--- DATA PROVIDED Enclosed Below ---

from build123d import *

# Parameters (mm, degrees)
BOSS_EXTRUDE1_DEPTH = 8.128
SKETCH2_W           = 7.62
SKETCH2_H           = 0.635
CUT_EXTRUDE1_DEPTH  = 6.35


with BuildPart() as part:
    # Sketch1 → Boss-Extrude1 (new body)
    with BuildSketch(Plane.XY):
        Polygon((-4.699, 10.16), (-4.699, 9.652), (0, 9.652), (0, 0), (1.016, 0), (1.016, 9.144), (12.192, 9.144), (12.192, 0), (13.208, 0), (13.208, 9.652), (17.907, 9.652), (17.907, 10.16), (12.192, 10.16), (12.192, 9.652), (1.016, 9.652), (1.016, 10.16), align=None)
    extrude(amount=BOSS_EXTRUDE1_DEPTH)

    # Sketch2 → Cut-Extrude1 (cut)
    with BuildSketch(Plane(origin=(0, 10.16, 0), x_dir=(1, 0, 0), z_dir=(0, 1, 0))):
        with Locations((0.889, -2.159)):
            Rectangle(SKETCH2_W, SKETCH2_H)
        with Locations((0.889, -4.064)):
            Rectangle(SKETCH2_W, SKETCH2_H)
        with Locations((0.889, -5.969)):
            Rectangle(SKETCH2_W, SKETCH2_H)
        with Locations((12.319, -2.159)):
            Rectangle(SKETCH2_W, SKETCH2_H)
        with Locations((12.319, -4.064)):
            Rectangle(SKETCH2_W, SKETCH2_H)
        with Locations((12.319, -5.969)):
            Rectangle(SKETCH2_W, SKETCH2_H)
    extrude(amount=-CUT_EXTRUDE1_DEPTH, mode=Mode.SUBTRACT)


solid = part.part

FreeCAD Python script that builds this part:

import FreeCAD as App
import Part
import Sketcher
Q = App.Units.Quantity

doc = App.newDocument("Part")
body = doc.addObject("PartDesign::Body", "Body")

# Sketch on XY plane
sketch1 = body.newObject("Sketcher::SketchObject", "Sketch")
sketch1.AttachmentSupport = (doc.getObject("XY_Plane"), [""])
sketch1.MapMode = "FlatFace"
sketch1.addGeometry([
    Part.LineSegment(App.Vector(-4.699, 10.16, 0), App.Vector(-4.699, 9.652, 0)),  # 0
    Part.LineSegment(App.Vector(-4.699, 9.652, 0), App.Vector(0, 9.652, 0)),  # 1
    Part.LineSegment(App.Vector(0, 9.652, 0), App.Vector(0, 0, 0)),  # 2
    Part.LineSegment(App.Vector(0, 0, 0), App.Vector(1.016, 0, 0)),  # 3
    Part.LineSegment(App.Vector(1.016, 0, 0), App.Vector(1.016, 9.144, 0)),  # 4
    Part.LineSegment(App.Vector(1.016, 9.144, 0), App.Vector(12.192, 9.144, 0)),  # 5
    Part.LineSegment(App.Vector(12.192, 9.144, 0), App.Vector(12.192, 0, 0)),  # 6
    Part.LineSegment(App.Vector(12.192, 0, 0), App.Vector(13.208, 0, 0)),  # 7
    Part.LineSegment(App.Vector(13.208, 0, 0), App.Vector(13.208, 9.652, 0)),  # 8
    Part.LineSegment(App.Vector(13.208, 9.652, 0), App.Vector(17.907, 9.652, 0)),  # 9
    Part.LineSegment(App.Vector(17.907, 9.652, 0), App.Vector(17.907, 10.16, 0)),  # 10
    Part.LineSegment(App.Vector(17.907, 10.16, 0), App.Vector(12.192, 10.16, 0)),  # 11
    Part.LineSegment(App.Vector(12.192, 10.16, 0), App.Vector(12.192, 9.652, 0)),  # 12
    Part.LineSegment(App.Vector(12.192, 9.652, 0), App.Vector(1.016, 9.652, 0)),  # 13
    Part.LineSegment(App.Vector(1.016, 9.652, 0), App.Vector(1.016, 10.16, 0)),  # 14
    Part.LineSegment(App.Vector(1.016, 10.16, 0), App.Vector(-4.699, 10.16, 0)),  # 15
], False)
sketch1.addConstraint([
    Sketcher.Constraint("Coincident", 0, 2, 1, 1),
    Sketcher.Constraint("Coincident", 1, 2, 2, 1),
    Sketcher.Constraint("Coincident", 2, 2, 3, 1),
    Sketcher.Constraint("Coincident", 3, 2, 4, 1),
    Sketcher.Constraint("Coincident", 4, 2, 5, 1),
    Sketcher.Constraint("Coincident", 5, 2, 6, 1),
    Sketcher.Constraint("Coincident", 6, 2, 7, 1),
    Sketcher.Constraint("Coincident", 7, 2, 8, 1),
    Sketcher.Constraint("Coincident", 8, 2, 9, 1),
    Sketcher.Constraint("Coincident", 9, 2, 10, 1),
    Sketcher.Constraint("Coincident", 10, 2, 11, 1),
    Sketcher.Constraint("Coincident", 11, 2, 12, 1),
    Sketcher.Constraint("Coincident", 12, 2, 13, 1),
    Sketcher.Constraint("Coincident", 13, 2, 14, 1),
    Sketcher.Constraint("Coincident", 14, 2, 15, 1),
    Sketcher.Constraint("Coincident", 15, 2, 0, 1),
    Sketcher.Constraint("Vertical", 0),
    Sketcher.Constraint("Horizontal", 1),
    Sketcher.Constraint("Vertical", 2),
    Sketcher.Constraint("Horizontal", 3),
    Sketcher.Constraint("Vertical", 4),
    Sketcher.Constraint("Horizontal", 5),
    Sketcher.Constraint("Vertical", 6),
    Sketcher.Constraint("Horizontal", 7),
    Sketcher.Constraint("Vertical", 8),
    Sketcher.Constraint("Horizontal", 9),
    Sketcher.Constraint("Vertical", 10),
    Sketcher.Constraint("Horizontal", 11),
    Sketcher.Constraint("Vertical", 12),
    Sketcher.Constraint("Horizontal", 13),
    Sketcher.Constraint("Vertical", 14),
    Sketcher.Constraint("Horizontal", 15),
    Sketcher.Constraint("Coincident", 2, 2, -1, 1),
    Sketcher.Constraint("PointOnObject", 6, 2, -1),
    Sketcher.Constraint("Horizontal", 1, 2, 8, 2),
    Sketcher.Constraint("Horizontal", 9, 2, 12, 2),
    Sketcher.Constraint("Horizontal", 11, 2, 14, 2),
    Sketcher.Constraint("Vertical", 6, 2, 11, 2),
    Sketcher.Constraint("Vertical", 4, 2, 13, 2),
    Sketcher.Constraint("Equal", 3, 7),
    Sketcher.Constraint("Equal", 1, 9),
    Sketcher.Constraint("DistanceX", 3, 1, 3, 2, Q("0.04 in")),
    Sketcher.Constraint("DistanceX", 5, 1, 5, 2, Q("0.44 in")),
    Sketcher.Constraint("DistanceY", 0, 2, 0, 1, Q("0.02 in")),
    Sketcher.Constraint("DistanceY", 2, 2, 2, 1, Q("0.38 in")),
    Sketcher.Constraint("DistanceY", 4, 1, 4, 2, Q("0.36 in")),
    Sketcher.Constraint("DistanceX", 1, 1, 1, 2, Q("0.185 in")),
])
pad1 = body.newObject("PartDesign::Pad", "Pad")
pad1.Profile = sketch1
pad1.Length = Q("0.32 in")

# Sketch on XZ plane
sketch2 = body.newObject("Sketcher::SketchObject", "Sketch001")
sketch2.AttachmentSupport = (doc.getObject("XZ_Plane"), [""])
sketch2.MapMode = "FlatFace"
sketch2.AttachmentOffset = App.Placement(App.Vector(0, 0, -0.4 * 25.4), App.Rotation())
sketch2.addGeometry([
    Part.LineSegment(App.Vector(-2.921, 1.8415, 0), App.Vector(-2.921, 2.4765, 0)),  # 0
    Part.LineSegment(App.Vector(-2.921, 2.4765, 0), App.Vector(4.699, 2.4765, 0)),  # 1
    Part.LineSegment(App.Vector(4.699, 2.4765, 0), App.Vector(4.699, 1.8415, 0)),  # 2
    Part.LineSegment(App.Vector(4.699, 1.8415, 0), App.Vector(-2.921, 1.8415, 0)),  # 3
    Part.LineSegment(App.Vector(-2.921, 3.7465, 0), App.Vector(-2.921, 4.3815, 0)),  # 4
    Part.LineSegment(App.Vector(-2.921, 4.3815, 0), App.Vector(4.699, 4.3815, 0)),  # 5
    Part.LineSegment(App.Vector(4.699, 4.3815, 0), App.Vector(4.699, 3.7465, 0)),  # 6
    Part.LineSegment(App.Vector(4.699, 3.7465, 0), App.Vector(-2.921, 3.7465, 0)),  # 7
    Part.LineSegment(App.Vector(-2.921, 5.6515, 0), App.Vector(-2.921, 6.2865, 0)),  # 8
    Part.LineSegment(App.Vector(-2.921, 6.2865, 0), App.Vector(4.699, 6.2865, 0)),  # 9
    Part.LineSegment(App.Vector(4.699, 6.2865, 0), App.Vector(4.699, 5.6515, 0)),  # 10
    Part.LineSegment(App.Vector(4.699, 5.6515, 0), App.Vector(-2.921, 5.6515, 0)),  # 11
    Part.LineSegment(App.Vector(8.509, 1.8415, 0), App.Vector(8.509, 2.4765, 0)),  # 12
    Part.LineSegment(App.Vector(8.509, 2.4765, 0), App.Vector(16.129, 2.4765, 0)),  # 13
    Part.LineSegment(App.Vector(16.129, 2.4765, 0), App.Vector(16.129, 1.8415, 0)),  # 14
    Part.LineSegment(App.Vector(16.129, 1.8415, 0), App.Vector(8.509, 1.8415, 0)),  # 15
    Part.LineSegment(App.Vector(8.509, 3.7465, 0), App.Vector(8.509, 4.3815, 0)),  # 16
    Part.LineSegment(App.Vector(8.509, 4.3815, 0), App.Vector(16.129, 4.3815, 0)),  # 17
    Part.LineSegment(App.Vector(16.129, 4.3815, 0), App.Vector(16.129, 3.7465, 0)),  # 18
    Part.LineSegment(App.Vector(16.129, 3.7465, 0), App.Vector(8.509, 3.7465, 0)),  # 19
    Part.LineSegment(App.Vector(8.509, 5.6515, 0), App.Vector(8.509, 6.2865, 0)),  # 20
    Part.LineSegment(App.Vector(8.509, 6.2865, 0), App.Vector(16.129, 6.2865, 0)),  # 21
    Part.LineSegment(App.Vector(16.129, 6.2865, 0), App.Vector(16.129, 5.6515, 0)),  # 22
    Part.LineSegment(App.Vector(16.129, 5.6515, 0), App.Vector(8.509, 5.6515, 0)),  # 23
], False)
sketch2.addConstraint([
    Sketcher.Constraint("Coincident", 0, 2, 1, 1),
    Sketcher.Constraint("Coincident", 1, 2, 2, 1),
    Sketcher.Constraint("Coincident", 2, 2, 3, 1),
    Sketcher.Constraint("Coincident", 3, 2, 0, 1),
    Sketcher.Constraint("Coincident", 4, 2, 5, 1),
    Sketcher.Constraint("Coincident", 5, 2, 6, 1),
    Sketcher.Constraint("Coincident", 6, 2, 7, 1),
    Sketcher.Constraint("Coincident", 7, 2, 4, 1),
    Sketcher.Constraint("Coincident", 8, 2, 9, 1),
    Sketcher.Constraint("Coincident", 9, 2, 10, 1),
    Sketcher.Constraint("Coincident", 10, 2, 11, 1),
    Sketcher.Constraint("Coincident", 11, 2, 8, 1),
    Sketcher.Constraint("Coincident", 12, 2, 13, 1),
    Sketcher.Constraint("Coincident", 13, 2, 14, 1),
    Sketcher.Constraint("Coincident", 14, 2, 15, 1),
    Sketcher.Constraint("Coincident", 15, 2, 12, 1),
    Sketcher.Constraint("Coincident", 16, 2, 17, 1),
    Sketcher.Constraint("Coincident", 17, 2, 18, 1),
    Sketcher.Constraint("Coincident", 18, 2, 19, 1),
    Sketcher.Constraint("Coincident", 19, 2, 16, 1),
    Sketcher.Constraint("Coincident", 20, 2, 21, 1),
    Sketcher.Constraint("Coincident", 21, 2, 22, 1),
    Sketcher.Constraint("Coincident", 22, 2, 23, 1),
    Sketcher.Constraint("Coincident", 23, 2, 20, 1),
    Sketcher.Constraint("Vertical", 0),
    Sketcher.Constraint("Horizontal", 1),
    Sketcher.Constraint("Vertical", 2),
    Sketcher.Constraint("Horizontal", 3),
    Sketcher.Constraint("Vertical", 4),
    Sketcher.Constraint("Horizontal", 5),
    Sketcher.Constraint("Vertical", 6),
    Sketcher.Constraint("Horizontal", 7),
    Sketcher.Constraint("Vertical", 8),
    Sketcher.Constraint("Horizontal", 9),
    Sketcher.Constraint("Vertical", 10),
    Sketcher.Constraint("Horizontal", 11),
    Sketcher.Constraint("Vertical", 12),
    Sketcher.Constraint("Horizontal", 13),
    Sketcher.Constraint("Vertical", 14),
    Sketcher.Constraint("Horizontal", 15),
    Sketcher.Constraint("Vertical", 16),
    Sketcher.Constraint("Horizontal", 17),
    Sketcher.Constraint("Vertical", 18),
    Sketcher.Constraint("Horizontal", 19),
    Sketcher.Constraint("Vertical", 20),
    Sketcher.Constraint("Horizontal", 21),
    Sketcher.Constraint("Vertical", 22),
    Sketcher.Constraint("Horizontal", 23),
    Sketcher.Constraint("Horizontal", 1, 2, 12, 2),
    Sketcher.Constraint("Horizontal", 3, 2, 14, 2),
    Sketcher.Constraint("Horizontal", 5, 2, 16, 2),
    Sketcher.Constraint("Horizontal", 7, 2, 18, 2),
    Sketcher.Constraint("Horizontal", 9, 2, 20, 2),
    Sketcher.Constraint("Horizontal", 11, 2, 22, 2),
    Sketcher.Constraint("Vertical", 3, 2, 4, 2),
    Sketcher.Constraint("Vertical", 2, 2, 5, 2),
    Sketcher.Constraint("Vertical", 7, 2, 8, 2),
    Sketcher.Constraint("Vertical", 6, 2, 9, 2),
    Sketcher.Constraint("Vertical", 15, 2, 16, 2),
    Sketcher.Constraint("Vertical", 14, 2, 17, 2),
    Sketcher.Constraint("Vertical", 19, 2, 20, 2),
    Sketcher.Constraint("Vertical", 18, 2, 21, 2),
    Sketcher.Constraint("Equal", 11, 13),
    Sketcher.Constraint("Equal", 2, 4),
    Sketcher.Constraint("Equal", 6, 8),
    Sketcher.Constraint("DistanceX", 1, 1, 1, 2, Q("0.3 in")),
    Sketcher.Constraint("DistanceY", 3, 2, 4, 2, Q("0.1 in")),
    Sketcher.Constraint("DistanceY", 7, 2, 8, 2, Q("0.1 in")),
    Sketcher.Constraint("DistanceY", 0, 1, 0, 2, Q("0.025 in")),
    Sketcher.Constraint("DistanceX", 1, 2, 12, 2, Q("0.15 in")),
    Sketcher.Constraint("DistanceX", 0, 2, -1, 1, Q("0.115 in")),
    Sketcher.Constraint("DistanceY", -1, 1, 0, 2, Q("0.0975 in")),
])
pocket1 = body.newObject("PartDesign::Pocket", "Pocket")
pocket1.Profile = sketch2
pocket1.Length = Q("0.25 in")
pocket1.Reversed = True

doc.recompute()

--- End of Enclosed DATA PROVIDED ---

● **DIRECTIONS FOR THIS TASK**
From the records above, copy every line that holds the word "with".

● **ANSWER SECTION**
with BuildPart() as part:
    with BuildSketch(Plane.XY):
    with BuildSketch(Plane(origin=(0, 10.16, 0), x_dir=(1, 0, 0), z_dir=(0, 1, 0))):
        with Locations((0.889, -2.159)):
        with Locations((0.889, -4.064)):
        with Locations((0.889, -5.969)):
        with Locations((12.319, -2.159)):
        with Locations((12.319, -4.064)):
        with Locations((12.319, -5.969)):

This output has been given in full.